### What the exercise asks
Copy exactly, please, the lines of the data from its start through the line containing "# Cylinder066 → Cylinder066 (new body)".

### Data excerpts
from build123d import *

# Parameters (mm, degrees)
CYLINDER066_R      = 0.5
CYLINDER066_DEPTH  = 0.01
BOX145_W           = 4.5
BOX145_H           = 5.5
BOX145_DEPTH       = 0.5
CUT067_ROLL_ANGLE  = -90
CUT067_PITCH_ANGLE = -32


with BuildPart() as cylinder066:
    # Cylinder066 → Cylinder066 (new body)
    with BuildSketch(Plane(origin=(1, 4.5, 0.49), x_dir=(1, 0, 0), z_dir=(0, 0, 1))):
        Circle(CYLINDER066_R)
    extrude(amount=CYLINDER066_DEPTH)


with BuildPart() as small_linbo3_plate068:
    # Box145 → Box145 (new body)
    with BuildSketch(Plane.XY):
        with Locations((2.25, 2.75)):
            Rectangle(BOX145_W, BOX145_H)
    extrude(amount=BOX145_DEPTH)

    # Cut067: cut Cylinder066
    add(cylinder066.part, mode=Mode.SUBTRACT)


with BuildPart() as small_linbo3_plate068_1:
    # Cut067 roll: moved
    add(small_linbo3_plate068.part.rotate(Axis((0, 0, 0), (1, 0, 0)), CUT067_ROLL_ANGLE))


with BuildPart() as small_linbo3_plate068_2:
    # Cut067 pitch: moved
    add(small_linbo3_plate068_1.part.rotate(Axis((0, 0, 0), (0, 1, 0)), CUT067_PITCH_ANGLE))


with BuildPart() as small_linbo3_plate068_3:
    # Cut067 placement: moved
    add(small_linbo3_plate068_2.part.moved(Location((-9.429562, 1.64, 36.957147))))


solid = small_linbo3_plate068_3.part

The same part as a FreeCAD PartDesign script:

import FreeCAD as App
import Part
import Sketcher

V = App.Vector


def add_polygon(sketch, points):
    """Adds a closed chain of lines whose ends are joined by coincident constraints."""
    first, n = sketch.GeometryCount, len(points)
    for a, b in zip(points, points[1:] + points[:1]):
        sketch.addGeometry(Part.LineSegment(App.Vector(*a, 0), App.Vector(*b, 0)), False)
    for i in range(n):
        sketch.addConstraint(Sketcher.Constraint("Coincident", first + i, 2, first + (i + 1) % n, 1))

doc = App.newDocument("Part")
body = doc.addObject("PartDesign::Body", "Body")

# Sketch on XY plane
sketch1 = body.newObject("Sketcher::SketchObject", "Sketch")
sketch1.AttachmentSupport = (doc.getObject("XY_Plane"), [""])
sketch1.MapMode = "FlatFace"
sketch1.AttachmentOffset = App.Placement(V(0, 0, 0.49), App.Rotation())
sketch1.addGeometry(Part.Circle(V(1, 4.5, 0), V(0, 0, 1), 0.5), False)
sketch1.addConstraint([
    Sketcher.Constraint("Diameter", 0, 1.0),
    Sketcher.Constraint("DistanceX", -1, 1, 0, 3, 1.0),
    Sketcher.Constraint("DistanceY", -1, 1, 0, 3, 4.5),
])
pad1 = body.newObject("PartDesign::Pad", "Pad")
pad1.Profile = sketch1
pad1.Length = 0.01
body2 = doc.addObject("PartDesign::Body", "Body001")

# Sketch on XY plane
sketch2 = body2.newObject("Sketcher::SketchObject", "Sketch001")
sketch2.AttachmentSupport = (doc.getObject("XY_Plane001"), [""])
sketch2.MapMode = "FlatFace"
add_polygon(sketch2, [(0, 5.5), (0, 0), (4.5, 0), (4.5, 5.5)])  # lines 0-3
sketch2.addConstraint([
    Sketcher.Constraint("Vertical", 0),
    Sketcher.Constraint("Horizontal", 1),
    Sketcher.Constraint("Vertical", 2),
    Sketcher.Constraint("Horizontal", 3),
    Sketcher.Constraint("Coincident", 0, 2, -1, 1),
    Sketcher.Constraint("DistanceX", 1, 1, 1, 2, 4.5),
    Sketcher.Constraint("DistanceY", 0, 2, 0, 1, 5.5),
])
pad2 = body2.newObject("PartDesign::Pad", "Pad001")
pad2.Profile = sketch2
pad2.Length = 0.5
doc.recompute()

boolean = body2.newObject("PartDesign::Boolean", "Boolean")
boolean.Type = "Cut"
boolean.addObjects([body])
body3 = doc.addObject("PartDesign::Body", "Body002")
doc.recompute()

body2.Placement = App.Placement(V(0, 0, 0), App.Rotation(V(1, 0, 0), 270))
boolean2 = body3.newObject("PartDesign::Boolean", "Boolean001")
boolean2.Type = "Fuse"
boolean2.addObjects([body2])
body4 = doc.addObject("PartDesign::Body", "Body003")
doc.recompute()

body3.Placement = App.Placement(V(0, 0, 0), App.Rotation(V(0, 1, 0), 328))
boolean3 = body4.newObject("PartDesign::Boolean", "Boolean002")
boolean3.Type = "Fuse"
boolean3.addObjects([body3])
body5 = doc.addObject("PartDesign::Body", "Body004")
doc.recompute()

body4.Placement = App.Placement(V(-9.429562, 1.64, 36.957147), App.Rotation(V(0, 0, 1), 0))
boolean4 = body5.newObject("PartDesign::Boolean", "Boolean003")
boolean4.Type = "Fuse"
boolean4.addObjects([body4])

doc.recompute()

### Response
from build123d import *

# Parameters (mm, degrees)
CYLINDER066_R      = 0.5
CYLINDER066_DEPTH  = 0.01
BOX145_W           = 4.5
BOX145_H           = 5.5
BOX145_DEPTH       = 0.5
CUT067_ROLL_ANGLE  = -90
CUT067_PITCH_ANGLE = -32


with BuildPart() as cylinder066:
    # Cylinder066 → Cylinder066 (new body)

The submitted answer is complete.